Tuesday, May 19, 2009

Bozoing Campaign Measurements -- II

Our next contestant comes from the telecom world.

What the group was doing was evaluating marketing campaigns over the course of several years. Does an attrition-prevention campaign have any effect after three years? This is an absolutely wonderful thing to do, of course, but not the way they went about it.

The campaigns were in a series of mailings that went out to customers that were about to go off contract, and the offer was a monetary reward to renew their contract for a year. Each campaign had a carefully selected control group.

The dead-obvious thing to do is to compare the treatment group vs. the control group, but that's not what got done. What happened was the analysis compared the whole control group to the customers in the treatment group that renewed their contract, because clearly "customers that didn't renew their contract weren't effected by the campaign".

Sound familiar?

Why doing analysis this way is a bad idea: before the mailing on contract renewal, customers are going to have a certain basic affinity towards the company. Some are going to love it, some are going to hate it, some are going to be on the fence. When the customers get the offer the ones that already hate the company will toss the offer, the ones that love the company will take free money for staying with a company they like, and the ones on the fence may or may not take the offer and have their future behavior change. So, to a good extent a retention program like this isn't changing behavior but instead is sorting the customers into buckets based on how they already feel about the company. Comparing "total control group" to "contract renewers" confounds two effects, one effect of the customers predisposition to the company and the second effect of having some customers renew their contracts for a reward. Moreover, this comparison doesn't actually answer the real question: does the program have a meaningful, measurable impact on churn? To answer the real question in the right way Keep Things Simple and Statistical and do a straight treatment vs. control.

Monday, May 18, 2009

How to Bozo Campaign Measurements

You know, at their heart statistical measurements are basically the easiest thing in the world to do, especially when it comes to direct marketing. Set up your test, randomly split the population, run the test, measure the results. It pretty much takes serious work to mess this up. It's amazing how many bright people leap at the chance to go the extra mile and find an inventive way to bozo a measurement.

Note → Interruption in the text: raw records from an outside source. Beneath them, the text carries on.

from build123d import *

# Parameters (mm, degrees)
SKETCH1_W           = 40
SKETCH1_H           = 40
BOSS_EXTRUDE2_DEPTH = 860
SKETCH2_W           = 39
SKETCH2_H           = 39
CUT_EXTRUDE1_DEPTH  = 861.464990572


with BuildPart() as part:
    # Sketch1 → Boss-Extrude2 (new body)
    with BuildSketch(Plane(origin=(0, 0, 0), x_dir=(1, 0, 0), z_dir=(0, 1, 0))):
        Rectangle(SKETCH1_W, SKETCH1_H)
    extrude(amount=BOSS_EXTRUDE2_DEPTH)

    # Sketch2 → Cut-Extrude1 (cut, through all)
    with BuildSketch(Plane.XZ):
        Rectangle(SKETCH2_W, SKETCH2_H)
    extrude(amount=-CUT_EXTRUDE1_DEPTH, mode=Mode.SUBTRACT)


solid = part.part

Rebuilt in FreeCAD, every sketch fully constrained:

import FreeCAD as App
import Part
import Sketcher
from FreeCAD import Vector
Q = App.Units.Quantity

doc = App.newDocument("Part")
params = doc.addObject("Spreadsheet::Sheet", "Params")
for row, (alias, value) in enumerate([
    ("sketch1_width", "40 mm"),
    ("pad1_length", "860 mm"),
    ("sketch2_width", "39 mm"),
], start=1):
    params.set(f"A{row}", alias)
    params.set(f"B{row}", "=" + value)
    params.setAlias(f"B{row}", alias)

body = doc.addObject("PartDesign::Body", "Body")

sketch1 = doc.addObject("Sketcher::SketchObject", "Sketch")
body.addObject(sketch1)
sketch1.AttachmentSupport = (doc.XZ_Plane, [""])
sketch1.MapMode = "FlatFace"
sketch1.addGeometry([
    Part.LineSegment(Vector(-20, -20, 0), Vector(-20, 20, 0)),
    Part.LineSegment(Vector(-20, 20, 0), Vector(20, 20, 0)),
    Part.LineSegment(Vector(20, 20, 0), Vector(20, -20, 0)),
    Part.LineSegment(Vector(20, -20, 0), Vector(-20, -20, 0)),
], False)
sketch1.addConstraint([
    Sketcher.Constraint("Coincident", 0, 2, 1, 1),
    Sketcher.Constraint("Coincident", 1, 2, 2, 1),
    Sketcher.Constraint("Coincident", 2, 2, 3, 1),
    Sketcher.Constraint("Coincident", 3, 2, 0, 1),
    Sketcher.Constraint("Vertical", 0),
    Sketcher.Constraint("Horizontal", 1),
    Sketcher.Constraint("Vertical", 2),
    Sketcher.Constraint("Horizontal", 3),
    Sketcher.Constraint("Symmetric", 0, 2, 2, 2, -1, 1),
    Sketcher.Constraint("Equal", 3, 0),
    Sketcher.Constraint("DistanceX", 1, 1, 1, 2, Q("40 mm")),
])
sketch1.setExpression("Constraints[10]", "Params.sketch1_width")
pad1 = doc.addObject("PartDesign::Pad", "Pad")
body.addObject(pad1)
pad1.Profile = sketch1
pad1.setExpression("Length", "Params.pad1_length")
pad1.Reversed = True

sketch2 = doc.addObject("Sketcher::SketchObject", "Sketch001")
body.addObject(sketch2)
sketch2.AttachmentSupport = (doc.XZ_Plane, [""])
sketch2.MapMode = "FlatFace"
sketch2.addGeometry([
    Part.LineSegment(Vector(-20, 20, 0), Vector(-20, -20, 0)),
    Part.LineSegment(Vector(-20, -20, 0), Vector(20, -20, 0)),
    Part.LineSegment(Vector(20, -20, 0), Vector(20, 20, 0)),
    Part.LineSegment(Vector(20, 20, 0), Vector(-20, 20, 0)),
], False)
sketch2.addConstraint([
    Sketcher.Constraint("Coincident", 0, 2, 1, 1),
    Sketcher.Constraint("Coincident", 1, 2, 2, 1),
    Sketcher.Constraint("Coincident", 2, 2, 3, 1),
    Sketcher.Constraint("Coincident", 3, 2, 0, 1),
    Sketcher.Constraint("Vertical", 0),
    Sketcher.Constraint("Horizontal", 1),
    Sketcher.Constraint("Vertical", 2),
    Sketcher.Constraint("Horizontal", 3),
    Sketcher.Constraint("Symmetric", 0, 2, 2, 2, -1, 1),
    Sketcher.Constraint("Equal", 3, 0),
    Sketcher.Constraint("DistanceX", 1, 1, 1, 2, Q("39 mm")),
])
sketch2.setExpression("Constraints[10]", "Params.sketch2_width")
pocket1 = doc.addObject("PartDesign::Pocket", "Pocket")
body.addObject(pocket1)
pocket1.Profile = sketch2
pocket1.Type = "ThroughAll"

doc.recompute()
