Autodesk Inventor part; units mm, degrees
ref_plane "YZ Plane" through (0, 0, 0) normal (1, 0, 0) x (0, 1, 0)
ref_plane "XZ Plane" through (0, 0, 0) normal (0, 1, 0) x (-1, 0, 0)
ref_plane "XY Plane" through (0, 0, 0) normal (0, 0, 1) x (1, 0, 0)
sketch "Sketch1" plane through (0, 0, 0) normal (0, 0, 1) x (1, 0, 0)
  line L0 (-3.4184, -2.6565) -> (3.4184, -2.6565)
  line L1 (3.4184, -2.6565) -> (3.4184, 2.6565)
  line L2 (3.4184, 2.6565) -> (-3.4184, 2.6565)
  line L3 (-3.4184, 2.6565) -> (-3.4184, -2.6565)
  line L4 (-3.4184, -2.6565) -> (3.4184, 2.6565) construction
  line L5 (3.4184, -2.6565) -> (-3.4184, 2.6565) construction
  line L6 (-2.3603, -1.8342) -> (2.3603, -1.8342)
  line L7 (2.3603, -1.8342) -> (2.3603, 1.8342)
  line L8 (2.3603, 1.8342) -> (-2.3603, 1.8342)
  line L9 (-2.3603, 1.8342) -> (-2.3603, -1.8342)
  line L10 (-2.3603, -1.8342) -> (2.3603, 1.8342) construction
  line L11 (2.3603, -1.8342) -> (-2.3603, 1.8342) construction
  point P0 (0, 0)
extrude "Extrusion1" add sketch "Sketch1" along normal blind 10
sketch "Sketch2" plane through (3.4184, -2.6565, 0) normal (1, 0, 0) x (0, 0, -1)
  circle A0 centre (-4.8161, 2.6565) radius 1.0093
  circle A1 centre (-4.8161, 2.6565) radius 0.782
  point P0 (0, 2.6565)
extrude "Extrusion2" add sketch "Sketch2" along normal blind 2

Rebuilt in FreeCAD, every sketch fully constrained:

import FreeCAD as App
import Part
import Sketcher
from FreeCAD import Vector

doc = App.newDocument("Part")
body = doc.addObject("PartDesign::Body", "Body")

sketch1 = body.newObject("Sketcher::SketchObject", "Sketch")
sketch1.AttachmentSupport = (doc.getObject("XY_Plane"), [""])
sketch1.MapMode = "FlatFace"
sketch1.addGeometry([
    Part.LineSegment(Vector(-3.4184, 2.6565, 0), Vector(-3.4184, -2.6565, 0)),
    Part.LineSegment(Vector(-3.4184, -2.6565, 0), Vector(3.4184, -2.6565, 0)),
    Part.LineSegment(Vector(3.4184, -2.6565, 0), Vector(3.4184, 2.6565, 0)),
    Part.LineSegment(Vector(3.4184, 2.6565, 0), Vector(-3.4184, 2.6565, 0)),
    Part.LineSegment(Vector(2.3603, -1.8342, 0), Vector(-2.3603, -1.8342, 0)),
    Part.LineSegment(Vector(-2.3603, -1.8342, 0), Vector(-2.3603, 1.8342, 0)),
    Part.LineSegment(Vector(-2.3603, 1.8342, 0), Vector(2.3603, 1.8342, 0)),
    Part.LineSegment(Vector(2.3603, 1.8342, 0), Vector(2.3603, -1.8342, 0)),
], False)
sketch1.addConstraint([
    Sketcher.Constraint("Coincident", 0, 2, 1, 1),
    Sketcher.Constraint("Coincident", 1, 2, 2, 1),
    Sketcher.Constraint("Coincident", 2, 2, 3, 1),
    Sketcher.Constraint("Coincident", 3, 2, 0, 1),
    Sketcher.Constraint("Coincident", 4, 2, 5, 1),
    Sketcher.Constraint("Coincident", 5, 2, 6, 1),
    Sketcher.Constraint("Coincident", 6, 2, 7, 1),
    Sketcher.Constraint("Coincident", 7, 2, 4, 1),
    Sketcher.Constraint("Vertical", 0),
    Sketcher.Constraint("Horizontal", 1),
    Sketcher.Constraint("Vertical", 2),
    Sketcher.Constraint("Horizontal", 3),
    Sketcher.Constraint("Horizontal", 4),
    Sketcher.Constraint("Vertical", 5),
    Sketcher.Constraint("Horizontal", 6),
    Sketcher.Constraint("Vertical", 7),
    Sketcher.Constraint("Symmetric", 0, 2, 2, 2, -1, 1),
    Sketcher.Constraint("Symmetric", 4, 2, 6, 2, -1, 1),
    Sketcher.Constraint("DistanceY", 0, 2, 0, 1, 5.313),
    Sketcher.Constraint("DistanceX", 1, 1, 1, 2, 6.8368),
    Sketcher.Constraint("DistanceX", 4, 2, 4, 1, 4.7206),
    Sketcher.Constraint("DistanceY", 5, 1, 5, 2, 3.6684),
])
pad1 = body.newObject("PartDesign::Pad", "Pad")
pad1.Profile = sketch1
pad1.Length = 10

sketch2 = body.newObject("Sketcher::SketchObject", "Sketch001")
sketch2.AttachmentSupport = (doc.getObject("YZ_Plane"), [""])
sketch2.MapMode = "FlatFace"
sketch2.AttachmentOffset = App.Placement(Vector(0, 0, 3.4184), App.Rotation())
sketch2.addGeometry([
    Part.Circle(Vector(0, 4.8161, 0), Vector(0, 0, 1), 1.0093),
    Part.Circle(Vector(0, 4.8161, 0), Vector(0, 0, 1), 0.782),
], False)
sketch2.addConstraint([
    Sketcher.Constraint("Coincident", 1, 3, 0, 3),
    Sketcher.Constraint("PointOnObject", 0, 3, -2),
    Sketcher.Constraint("Diameter", 1, 1.564),
    Sketcher.Constraint("Diameter", 0, 2.0186),
    Sketcher.Constraint("DistanceY", -1, 1, 0, 3, 4.816),
])
pad2 = body.newObject("PartDesign::Pad", "Pad001")
pad2.Profile = sketch2
pad2.Length = 2

doc.recompute()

The first exhibit is a database expert working for a customer contact project at a bank. A customer comes in, talks to the teller, and the system 1) randomly assigns the customer to the control group or not if this is the first time the customer has hit the system, otherwise it looks up the customer's status and then 2) makes a suggestion for a product cross-sell. The teller may or may not use the suggestion, depending on how appropriate the teller thinks the offer is for the customer and/or how busy the branch is and if there is time available to talk to the customer.

So now, we've got the simplest test/control situation possible. What the DBA decided was to toss out all the customers where no offer was made, on the theory that if no offer was made then the program had no effect. So, all the reporting was done on "total control group" vs. "treatment group that received the offer", creating a confounding effect. The teller decision to make the offer or not was highly non-random. The kind of person that comes in at rush hour (where the primary concern of the teller is handling customers and keeping wait times down) is going to be very different from the kind of person that comes during the slow time in the middle of the afternoon.

The project team understood this confounding, that in their reporting they were mixing up two different effects, and talked for over two years about how to overcome this confounding when all they had to do was be lazier and report on the random split.

Friday, February 13, 2009

The Data Daemon

Appropos of "Murphy's Laws of Data" , I find it useful to imagine that data is created by a little deamon and his job is to make me look like a durn fool.